Using the QIAcuity, it’s fairly easy to set up an experiment to optimize the dPCR reaction. I would suggest using the essential gradient option with 12 different temperatures, using six different primer/probe concentrations per temperature and programming the PCR to run for 30 cycles, then another five, another five and then another.

7. What are the best practices for determining the limit of detection (LOD) of an assay?

Determining the limit of detection (LOD) involves different methods and is crucial for adhering to Good Manufacturing Practices (GMP) standards. The guidelines for setting LOD are often vague, leaving organizations to define their own procedures. 

A common approach is defining LOD as LOD 95, 

meaning the target is detectable 95% of the time. For example, if a synthetic template is diluted to 0.25 copies per microliter, equating to six molecules per well, it might be detectable in 20 out of 21 tests, representing a 95% detection rate (LOD 95). If the amount is halved to three copies per well, the detection might drop to 90%, indicating an LOD of 90, not 95.

8. Should I include technical replicates in digital PCR? Are any controls necessary?

Most people run technical replicates either to improve precision or to ensure the pipetting is okay. Reason one is not applicable to dPCR, as the QIAcuity measures more accurately than most pipettes work, so using replicates does not increase precision or accuracy. Reason two is still valid since the pipetting is almost the same for qPCR and dPCR. I would recommend using more biological replicates than technical replicates. 

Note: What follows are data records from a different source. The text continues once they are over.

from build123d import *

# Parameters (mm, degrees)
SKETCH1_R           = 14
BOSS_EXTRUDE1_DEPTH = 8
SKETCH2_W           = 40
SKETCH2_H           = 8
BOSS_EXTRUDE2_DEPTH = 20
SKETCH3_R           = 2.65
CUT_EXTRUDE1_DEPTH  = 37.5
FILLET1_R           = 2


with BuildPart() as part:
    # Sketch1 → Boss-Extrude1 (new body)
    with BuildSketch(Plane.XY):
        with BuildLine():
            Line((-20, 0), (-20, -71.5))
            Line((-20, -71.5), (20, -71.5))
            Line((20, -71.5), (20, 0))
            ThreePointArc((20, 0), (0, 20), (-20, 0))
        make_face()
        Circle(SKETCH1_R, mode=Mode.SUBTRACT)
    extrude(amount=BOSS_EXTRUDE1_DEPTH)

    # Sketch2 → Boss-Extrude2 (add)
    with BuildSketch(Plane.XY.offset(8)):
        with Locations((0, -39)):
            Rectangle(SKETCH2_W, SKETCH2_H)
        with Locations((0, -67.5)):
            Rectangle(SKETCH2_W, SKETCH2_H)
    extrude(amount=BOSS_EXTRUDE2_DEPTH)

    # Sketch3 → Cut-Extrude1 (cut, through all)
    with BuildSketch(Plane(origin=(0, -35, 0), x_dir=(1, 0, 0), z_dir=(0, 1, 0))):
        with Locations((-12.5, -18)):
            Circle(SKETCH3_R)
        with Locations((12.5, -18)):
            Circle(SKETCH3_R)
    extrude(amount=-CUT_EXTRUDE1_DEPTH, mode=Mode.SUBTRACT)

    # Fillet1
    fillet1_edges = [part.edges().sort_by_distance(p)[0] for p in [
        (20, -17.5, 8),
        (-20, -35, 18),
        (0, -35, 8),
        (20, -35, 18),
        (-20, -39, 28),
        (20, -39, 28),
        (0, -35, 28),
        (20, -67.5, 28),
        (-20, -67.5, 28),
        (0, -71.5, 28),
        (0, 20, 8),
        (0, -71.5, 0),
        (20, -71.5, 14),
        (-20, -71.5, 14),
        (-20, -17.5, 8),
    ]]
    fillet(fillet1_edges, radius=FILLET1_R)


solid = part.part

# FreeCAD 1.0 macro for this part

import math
import FreeCAD as App
import Part
import Sketcher

V = App.Vector


def edges_at(feature, points):
    """Names of the edges that pass closest to the given points."""
    edges = feature.Shape.Edges
    near = lambda p: min(range(len(edges)), key=lambda i: edges[i].distToShape(Part.Vertex(*p))[0])
    return sorted({f"Edge{near(p) + 1}" for p in points})


def add_polygon(sketch, points):
    """Adds a closed chain of lines whose ends are joined by coincident constraints."""
    first, n = sketch.GeometryCount, len(points)
    for a, b in zip(points, points[1:] + points[:1]):
        sketch.addGeometry(Part.LineSegment(App.Vector(*a, 0), App.Vector(*b, 0)), False)
    for i in range(n):
        sketch.addConstraint(Sketcher.Constraint("Coincident", first + i, 2, first + (i + 1) % n, 1))

doc = App.newDocument("Part")
body = doc.addObject("PartDesign::Body", "Body")

sketch1 = body.newObject("Sketcher::SketchObject", "Sketch")
sketch1.AttachmentSupport = (doc.getObject("XY_Plane"), [""])
sketch1.MapMode = "FlatFace"
sketch1.addGeometry(Part.LineSegment(V(-20, 0, 0), V(-20, -72, 0)), False)
sketch1.addGeometry(Part.LineSegment(V(-20, -72, 0), V(20, -72, 0)), False)
sketch1.addGeometry(Part.LineSegment(V(20, -72, 0), V(20, 0, 0)), False)
sketch1.addGeometry(Part.ArcOfCircle(Part.Circle(V(0, 0, 0), V(0, 0, 1), 20), math.radians(0), math.radians(180)), False)
sketch1.addGeometry(Part.Circle(V(0, 0, 0), V(0, 0, 1), 14), False)
sketch1.addConstraint(Sketcher.Constraint("Coincident", 0, 2, 1, 1))
sketch1.addConstraint(Sketcher.Constraint("Coincident", 1, 2, 2, 1))
sketch1.addConstraint(Sketcher.Constraint("Tangent", 2, 2, 3, 1))
sketch1.addConstraint(Sketcher.Constraint("Tangent", 3, 2, 0, 1))
sketch1.addConstraint(Sketcher.Constraint("Vertical", 0))
sketch1.addConstraint(Sketcher.Constraint("Horizontal", 1))
sketch1.addConstraint(Sketcher.Constraint("Vertical", 2))
sketch1.addConstraint(Sketcher.Constraint("Coincident", 3, 3, -1, 1))
sketch1.addConstraint(Sketcher.Constraint("Coincident", 4, 3, -1, 1))
sketch1.addConstraint(Sketcher.Constraint("Diameter", 4, 28.0))
sketch1.addConstraint(Sketcher.Constraint("Radius", 3, 20.0))
sketch1.addConstraint(Sketcher.Constraint("DistanceY", 0, 2, 0, 1, 71.5))
pad1 = body.newObject("PartDesign::Pad", "Pad")
pad1.Profile = sketch1
pad1.Length = 8

sketch2 = body.newObject("Sketcher::SketchObject", "Sketch001")
sketch2.AttachmentSupport = (doc.getObject("XY_Plane"), [""])
sketch2.MapMode = "FlatFace"
sketch2.AttachmentOffset = App.Placement(V(0, 0, 8), App.Rotation())
add_polygon(sketch2, [(-20, -35), (-20, -43), (20, -43), (20, -35)])
add_polygon(sketch2, [(-20, -64), (-20, -72), (20, -72), (20, -64)])
sketch2.addConstraint(Sketcher.Constraint("Vertical", 0))
sketch2.addConstraint(Sketcher.Constraint("Horizontal", 1))
sketch2.addConstraint(Sketcher.Constraint("Vertical", 2))
sketch2.addConstraint(Sketcher.Constraint("Horizontal", 3))
sketch2.addConstraint(Sketcher.Constraint("Vertical", 4))
sketch2.addConstraint(Sketcher.Constraint("Horizontal", 5))
sketch2.addConstraint(Sketcher.Constraint("Vertical", 6))
sketch2.addConstraint(Sketcher.Constraint("Horizontal", 7))
sketch2.addConstraint(Sketcher.Constraint("Vertical", 3, 2, 4, 2))
sketch2.addConstraint(Sketcher.Constraint("Vertical", 2, 2, 5, 2))
sketch2.addConstraint(Sketcher.Constraint("Equal", 2, 4))
sketch2.addConstraint(Sketcher.Constraint("DistanceX", 1, 1, 1, 2, 40.0))
sketch2.addConstraint(Sketcher.Constraint("DistanceY", 0, 2, 0, 1, 8.0))
sketch2.addConstraint(Sketcher.Constraint("DistanceX", 0, 2, -1, 1, 20.0))
sketch2.addConstraint(Sketcher.Constraint("DistanceY", 0, 2, -1, 1, 43.0))
sketch2.addConstraint(Sketcher.Constraint("DistanceY", 4, 2, -1, 1, 71.5))
pad2 = body.newObject("PartDesign::Pad", "Pad001")
pad2.Profile = sketch2
pad2.Length = 20

sketch3 = body.newObject("Sketcher::SketchObject", "Sketch002")
sketch3.AttachmentSupport = (doc.getObject("XZ_Plane"), [""])
sketch3.MapMode = "FlatFace"
sketch3.AttachmentOffset = App.Placement(V(0, 0, 35), App.Rotation())
sketch3.addGeometry(Part.Circle(V(-12.5, 18, 0), V(0, 0, 1), 2.6), False)
sketch3.addGeometry(Part.Circle(V(12.5, 18, 0), V(0, 0, 1), 2.6), False)
sketch3.addConstraint(Sketcher.Constraint("Equal", 0, 1))
sketch3.addConstraint(Sketcher.Constraint("Symmetric", 0, 3, 1, 3, -2))
sketch3.addConstraint(Sketcher.Constraint("Diameter", 0, 5.3))
sketch3.addConstraint(Sketcher.Constraint("DistanceY", -1, 1, 0, 3, 18.0))
sketch3.addConstraint(Sketcher.Constraint("DistanceX", 0, 3, 1, 3, 25.0))
pocket1 = body.newObject("PartDesign::Pocket", "Pocket")
pocket1.Profile = sketch3
pocket1.Type = "ThroughAll"
pocket1.Reversed = True
doc.recompute()

fillet = body.newObject("PartDesign::Fillet", "Fillet")
fillet.Base = (pocket1, edges_at(pocket1, [
    (20, -17.5, 8),
    (-20, -35, 18),
    (0, -35, 8),
    (20, -35, 18),
    (-20, -39, 28),
    (20, -39, 28),
    (0, -35, 28),
    (20, -67.5, 28),
    (-20, -67.5, 28),
    (0, -71.5, 28),
    (0, 20, 8),
    (0, -71.5, 0),
    (20, -71.5, 14),
    (-20, -71.5, 14),
    (-20, -17.5, 8),
]))
fillet.Radius = 2

doc.recompute()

Controls should be used in dPCR as in any PCR. Ideally, I would always run a negative control to be sure that this is clean (measures very low or no positive partitions in the well). The negative control should have a similar matrix to your samples to account for matrix effects. For example, when working with cells, using cell lysate that doesn’t express your gene of interest is a better negative control than pure water. During the validation of an assay, a positive control, ideally of a known quantity, can be useful for determining the assay characteristics.

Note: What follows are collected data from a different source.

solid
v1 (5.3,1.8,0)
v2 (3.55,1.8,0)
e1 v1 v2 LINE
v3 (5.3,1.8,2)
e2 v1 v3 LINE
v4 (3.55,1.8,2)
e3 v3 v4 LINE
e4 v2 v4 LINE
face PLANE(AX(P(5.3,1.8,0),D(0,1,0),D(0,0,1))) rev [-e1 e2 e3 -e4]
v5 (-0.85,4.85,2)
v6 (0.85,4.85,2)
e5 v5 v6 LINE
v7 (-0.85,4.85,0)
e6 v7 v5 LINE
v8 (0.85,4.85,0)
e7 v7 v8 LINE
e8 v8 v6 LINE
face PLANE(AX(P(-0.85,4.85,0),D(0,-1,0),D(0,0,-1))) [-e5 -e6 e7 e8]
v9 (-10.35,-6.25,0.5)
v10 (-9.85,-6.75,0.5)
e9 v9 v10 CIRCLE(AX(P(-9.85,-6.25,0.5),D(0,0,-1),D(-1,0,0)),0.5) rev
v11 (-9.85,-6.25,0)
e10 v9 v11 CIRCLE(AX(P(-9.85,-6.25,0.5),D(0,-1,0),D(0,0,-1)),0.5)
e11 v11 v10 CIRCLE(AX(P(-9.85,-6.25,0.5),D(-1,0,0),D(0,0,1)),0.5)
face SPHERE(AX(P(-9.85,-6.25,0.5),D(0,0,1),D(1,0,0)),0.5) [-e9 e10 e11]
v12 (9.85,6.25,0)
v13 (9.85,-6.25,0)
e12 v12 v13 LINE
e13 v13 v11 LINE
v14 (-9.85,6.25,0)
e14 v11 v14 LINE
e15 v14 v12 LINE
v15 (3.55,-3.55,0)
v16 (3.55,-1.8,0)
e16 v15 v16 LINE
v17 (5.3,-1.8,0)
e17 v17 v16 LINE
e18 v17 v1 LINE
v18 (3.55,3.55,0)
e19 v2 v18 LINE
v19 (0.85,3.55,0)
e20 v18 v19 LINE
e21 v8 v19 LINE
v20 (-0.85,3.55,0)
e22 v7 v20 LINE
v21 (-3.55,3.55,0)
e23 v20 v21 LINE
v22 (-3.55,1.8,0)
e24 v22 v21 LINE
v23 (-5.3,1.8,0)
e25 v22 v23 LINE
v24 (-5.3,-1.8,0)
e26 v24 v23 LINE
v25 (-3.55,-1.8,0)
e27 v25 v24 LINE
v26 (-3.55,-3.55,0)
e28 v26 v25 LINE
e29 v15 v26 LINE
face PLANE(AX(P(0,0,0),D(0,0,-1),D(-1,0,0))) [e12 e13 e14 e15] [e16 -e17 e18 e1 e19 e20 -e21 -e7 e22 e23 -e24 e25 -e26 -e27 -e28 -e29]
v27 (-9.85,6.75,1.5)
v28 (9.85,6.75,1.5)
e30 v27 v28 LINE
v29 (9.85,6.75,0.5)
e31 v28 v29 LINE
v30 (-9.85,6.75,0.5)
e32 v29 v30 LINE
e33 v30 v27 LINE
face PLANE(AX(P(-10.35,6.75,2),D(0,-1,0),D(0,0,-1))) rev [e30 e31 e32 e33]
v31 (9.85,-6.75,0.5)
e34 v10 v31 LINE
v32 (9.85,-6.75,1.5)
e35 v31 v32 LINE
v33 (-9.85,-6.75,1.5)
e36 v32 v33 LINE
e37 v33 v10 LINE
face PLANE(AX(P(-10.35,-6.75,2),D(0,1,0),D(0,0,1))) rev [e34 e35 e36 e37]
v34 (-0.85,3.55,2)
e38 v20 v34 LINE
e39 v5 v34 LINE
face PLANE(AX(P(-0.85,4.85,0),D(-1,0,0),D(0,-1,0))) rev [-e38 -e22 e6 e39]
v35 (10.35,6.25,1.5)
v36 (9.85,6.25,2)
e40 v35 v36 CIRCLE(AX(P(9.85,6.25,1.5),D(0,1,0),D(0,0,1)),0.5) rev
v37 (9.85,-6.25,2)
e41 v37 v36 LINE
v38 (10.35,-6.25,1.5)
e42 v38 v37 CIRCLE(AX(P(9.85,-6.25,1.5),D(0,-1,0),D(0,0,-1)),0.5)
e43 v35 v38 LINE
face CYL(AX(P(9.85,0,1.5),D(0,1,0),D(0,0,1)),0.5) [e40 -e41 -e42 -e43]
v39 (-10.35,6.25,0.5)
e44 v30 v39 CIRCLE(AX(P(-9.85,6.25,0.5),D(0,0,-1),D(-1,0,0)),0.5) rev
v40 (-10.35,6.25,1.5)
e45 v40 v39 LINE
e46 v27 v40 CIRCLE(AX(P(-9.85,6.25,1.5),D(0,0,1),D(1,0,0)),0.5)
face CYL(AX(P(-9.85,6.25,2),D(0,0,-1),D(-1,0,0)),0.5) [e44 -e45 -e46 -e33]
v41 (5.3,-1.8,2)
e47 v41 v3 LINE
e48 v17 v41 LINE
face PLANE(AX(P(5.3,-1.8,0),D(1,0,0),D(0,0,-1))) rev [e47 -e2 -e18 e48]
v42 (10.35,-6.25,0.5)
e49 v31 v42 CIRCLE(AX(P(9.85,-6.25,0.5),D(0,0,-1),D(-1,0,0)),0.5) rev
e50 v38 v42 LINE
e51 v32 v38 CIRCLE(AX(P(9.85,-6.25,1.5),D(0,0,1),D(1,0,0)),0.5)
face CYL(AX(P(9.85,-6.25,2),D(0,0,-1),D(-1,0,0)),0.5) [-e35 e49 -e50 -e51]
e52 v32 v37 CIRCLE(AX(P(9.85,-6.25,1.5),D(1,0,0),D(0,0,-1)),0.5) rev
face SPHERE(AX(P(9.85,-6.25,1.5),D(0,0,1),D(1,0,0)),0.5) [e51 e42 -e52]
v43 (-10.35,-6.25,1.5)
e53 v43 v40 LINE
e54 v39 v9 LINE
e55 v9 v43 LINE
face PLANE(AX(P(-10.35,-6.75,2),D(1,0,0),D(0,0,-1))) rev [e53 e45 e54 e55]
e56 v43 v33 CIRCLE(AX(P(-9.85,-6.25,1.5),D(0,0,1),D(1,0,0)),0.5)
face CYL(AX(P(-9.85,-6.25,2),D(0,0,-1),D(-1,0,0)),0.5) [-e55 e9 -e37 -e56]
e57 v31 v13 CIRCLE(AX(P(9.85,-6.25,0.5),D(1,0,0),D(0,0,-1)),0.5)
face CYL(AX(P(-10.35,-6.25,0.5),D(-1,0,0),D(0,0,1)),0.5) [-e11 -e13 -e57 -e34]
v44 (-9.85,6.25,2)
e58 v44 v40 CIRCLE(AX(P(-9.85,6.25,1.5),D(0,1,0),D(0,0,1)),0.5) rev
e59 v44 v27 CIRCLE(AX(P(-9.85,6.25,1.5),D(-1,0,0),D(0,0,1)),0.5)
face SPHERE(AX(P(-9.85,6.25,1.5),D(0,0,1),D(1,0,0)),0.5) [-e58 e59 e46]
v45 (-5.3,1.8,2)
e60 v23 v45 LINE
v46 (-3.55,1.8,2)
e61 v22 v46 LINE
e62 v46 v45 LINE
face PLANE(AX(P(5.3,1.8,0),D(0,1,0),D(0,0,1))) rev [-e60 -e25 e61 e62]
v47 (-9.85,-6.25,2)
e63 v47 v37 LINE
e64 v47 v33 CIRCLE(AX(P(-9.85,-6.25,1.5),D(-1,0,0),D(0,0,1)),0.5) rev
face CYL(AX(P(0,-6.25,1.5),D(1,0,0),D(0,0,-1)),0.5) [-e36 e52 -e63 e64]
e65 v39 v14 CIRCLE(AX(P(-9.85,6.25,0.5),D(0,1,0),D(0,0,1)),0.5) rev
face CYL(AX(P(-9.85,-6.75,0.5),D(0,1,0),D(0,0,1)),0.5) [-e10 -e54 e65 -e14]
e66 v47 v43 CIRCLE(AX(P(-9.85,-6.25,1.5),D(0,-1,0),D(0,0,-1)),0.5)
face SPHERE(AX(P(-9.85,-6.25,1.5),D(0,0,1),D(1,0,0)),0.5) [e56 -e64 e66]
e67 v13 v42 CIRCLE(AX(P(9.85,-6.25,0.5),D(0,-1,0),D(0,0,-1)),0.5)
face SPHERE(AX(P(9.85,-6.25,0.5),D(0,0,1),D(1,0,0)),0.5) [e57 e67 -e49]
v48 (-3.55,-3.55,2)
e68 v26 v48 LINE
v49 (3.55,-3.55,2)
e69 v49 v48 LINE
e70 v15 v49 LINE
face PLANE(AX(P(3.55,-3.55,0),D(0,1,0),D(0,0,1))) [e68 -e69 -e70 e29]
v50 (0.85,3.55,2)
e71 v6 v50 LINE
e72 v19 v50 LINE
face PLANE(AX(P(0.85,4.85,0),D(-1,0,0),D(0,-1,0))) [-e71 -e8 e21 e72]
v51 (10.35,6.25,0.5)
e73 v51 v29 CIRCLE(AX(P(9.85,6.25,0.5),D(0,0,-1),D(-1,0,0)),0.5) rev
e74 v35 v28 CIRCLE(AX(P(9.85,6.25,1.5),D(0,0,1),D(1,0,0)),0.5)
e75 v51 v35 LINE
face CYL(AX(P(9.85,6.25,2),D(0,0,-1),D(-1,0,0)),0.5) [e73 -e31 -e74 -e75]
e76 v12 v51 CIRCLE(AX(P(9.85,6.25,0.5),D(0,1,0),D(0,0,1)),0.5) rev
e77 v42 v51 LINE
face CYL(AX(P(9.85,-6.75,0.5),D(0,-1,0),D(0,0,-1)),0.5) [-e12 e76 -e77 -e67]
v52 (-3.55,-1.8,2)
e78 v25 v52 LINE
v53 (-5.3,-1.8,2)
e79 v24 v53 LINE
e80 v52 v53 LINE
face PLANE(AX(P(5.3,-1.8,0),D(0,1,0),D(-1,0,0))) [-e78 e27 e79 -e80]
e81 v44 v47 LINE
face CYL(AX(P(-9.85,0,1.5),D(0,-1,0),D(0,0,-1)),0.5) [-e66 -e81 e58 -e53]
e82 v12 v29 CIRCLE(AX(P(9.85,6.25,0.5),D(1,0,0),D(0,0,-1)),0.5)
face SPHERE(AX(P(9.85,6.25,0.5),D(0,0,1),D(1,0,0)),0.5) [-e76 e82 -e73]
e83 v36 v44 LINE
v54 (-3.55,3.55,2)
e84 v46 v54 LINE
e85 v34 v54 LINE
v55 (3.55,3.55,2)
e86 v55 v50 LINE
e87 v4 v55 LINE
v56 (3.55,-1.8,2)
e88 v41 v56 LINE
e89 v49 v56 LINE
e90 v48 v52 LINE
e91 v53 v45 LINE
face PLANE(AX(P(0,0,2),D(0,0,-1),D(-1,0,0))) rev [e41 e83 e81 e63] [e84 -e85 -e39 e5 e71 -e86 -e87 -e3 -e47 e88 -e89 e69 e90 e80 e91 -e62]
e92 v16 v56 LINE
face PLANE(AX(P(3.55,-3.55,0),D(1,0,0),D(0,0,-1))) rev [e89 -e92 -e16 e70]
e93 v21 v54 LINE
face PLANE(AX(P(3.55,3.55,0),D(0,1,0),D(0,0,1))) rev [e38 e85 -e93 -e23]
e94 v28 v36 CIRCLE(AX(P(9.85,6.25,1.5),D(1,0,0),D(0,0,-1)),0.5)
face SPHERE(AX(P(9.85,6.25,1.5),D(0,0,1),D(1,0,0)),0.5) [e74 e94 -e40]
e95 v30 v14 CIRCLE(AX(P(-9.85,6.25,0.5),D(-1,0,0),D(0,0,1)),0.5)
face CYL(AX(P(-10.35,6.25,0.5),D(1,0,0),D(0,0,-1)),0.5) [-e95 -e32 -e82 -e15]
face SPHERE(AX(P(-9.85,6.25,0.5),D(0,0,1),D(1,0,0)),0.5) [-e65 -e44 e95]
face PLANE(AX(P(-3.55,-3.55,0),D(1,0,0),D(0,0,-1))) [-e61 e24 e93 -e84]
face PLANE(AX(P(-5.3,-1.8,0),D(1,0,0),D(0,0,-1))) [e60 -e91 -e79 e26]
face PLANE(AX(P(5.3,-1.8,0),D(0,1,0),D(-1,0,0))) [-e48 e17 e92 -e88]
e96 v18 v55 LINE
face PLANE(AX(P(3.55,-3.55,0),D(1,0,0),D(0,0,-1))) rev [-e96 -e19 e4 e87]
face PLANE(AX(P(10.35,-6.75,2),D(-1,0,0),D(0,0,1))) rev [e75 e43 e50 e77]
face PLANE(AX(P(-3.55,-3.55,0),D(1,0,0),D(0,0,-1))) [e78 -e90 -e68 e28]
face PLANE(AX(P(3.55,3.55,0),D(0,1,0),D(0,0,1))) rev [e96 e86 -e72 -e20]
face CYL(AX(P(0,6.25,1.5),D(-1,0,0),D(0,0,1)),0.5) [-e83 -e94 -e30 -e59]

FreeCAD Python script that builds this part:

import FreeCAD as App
import Part
import Sketcher
Q = App.Units.Quantity

doc = App.newDocument("Part")
body = doc.addObject("PartDesign::Body", "Body")

sketch1 = doc.addObject("Sketcher::SketchObject", "Sketch")
body.addObject(sketch1)
sketch1.AttachmentSupport = (doc.XY_Plane, [""])
sketch1.MapMode = "FlatFace"
sketch1.addGeometry([
    Part.LineSegment(App.Vector(-10, 7, 0), App.Vector(-10, -7, 0)),
    Part.LineSegment(App.Vector(-10, -7, 0), App.Vector(10, -7, 0)),
    Part.LineSegment(App.Vector(10, -7, 0), App.Vector(10, 7, 0)),
    Part.LineSegment(App.Vector(10, 7, 0), App.Vector(-10, 7, 0)),
], False)
sketch1.addConstraint([
    Sketcher.Constraint("Coincident", 0, 2, 1, 1),
    Sketcher.Constraint("Coincident", 1, 2, 2, 1),
    Sketcher.Constraint("Coincident", 2, 2, 3, 1),
    Sketcher.Constraint("Coincident", 3, 2, 0, 1),
    Sketcher.Constraint("Vertical", 0),
    Sketcher.Constraint("Horizontal", 1),
    Sketcher.Constraint("Vertical", 2),
    Sketcher.Constraint("Horizontal", 3),
    Sketcher.Constraint("Symmetric", 0, 2, 2, 2, -1, 1),
    Sketcher.Constraint("DistanceX", 1, 1, 1, 2, Q("20.7 mm")),
    Sketcher.Constraint("DistanceY", 0, 2, 0, 1, Q("13.5 mm")),
])
pad1 = doc.addObject("PartDesign::Pad", "Pad")
body.addObject(pad1)
pad1.Profile = sketch1
pad1.Length = 2
doc.recompute()

fillet = doc.addObject("PartDesign::Fillet", "Fillet")
body.addObject(fillet)
fillet.Base = (pad1, ["Edge1"])
fillet.UseAllEdges = True
fillet.Radius = 0.5

sketch2 = doc.addObject("Sketcher::SketchObject", "Sketch001")
body.addObject(sketch2)
sketch2.AttachmentSupport = (doc.XY_Plane, [""])
sketch2.MapMode = "FlatFace"
sketch2.AttachmentOffset = App.Placement(App.Vector(0, 0, 2), App.Rotation())
sketch2.addGeometry([
    Part.LineSegment(App.Vector(-5.3, 1.8, 0), App.Vector(-5.3, -1.8, 0)),
    Part.LineSegment(App.Vector(-5.3, -1.8, 0), App.Vector(-3.5, -1.8, 0)),
    Part.LineSegment(App.Vector(-3.5, -1.8, 0), App.Vector(-3.5, -3.5, 0)),
    Part.LineSegment(App.Vector(-3.5, -3.5, 0), App.Vector(3.5, -3.5, 0)),
    Part.LineSegment(App.Vector(3.5, -3.5, 0), App.Vector(3.5, -1.8, 0)),
    Part.LineSegment(App.Vector(3.5, -1.8, 0), App.Vector(5.3, -1.8, 0)),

9. How can I standardize a reaction?

When comparing samples, it’s advisable to use similar amounts of template DNA/RNA to standardize any PCR reaction. I recommend measuring the mass of your samples and using similar amounts in your assays. Another parameter that can be standardized and allows easier multiplexing would be the PCR conditions. The microbial assays from QIAGEN, for example, all follow the same PCR conditions, such as running at the same annealing temperature, etc., making it easier to multiplex.

10. How can I interpret a digital PCR scatter plot?

In the 1D scatterplot of the QIAcuity (Figure 3), each of the partitions of the well (either 26,000 or 8500) is depicted as a single dot. These dots are ordered by the measured fluorescent signal (RFU). Generally, if one or multiple of your target template DNA molecules are present in a partition, the PCR reaction will amplify them, and this will generate a fluorescent signal (based on either probes or the DNA binding dye EvaGreen). What you normally expect is two clusters in the plot, the upper one being positive (so containing one or more molecules) and the lower one being negative (containing no molecules). A threshold is set between the two clusters either by the system’s software or manually by the user to count partitions as positive and negative. These numbers are then used in a Poisson calculation to determine the number of molecules in your sample.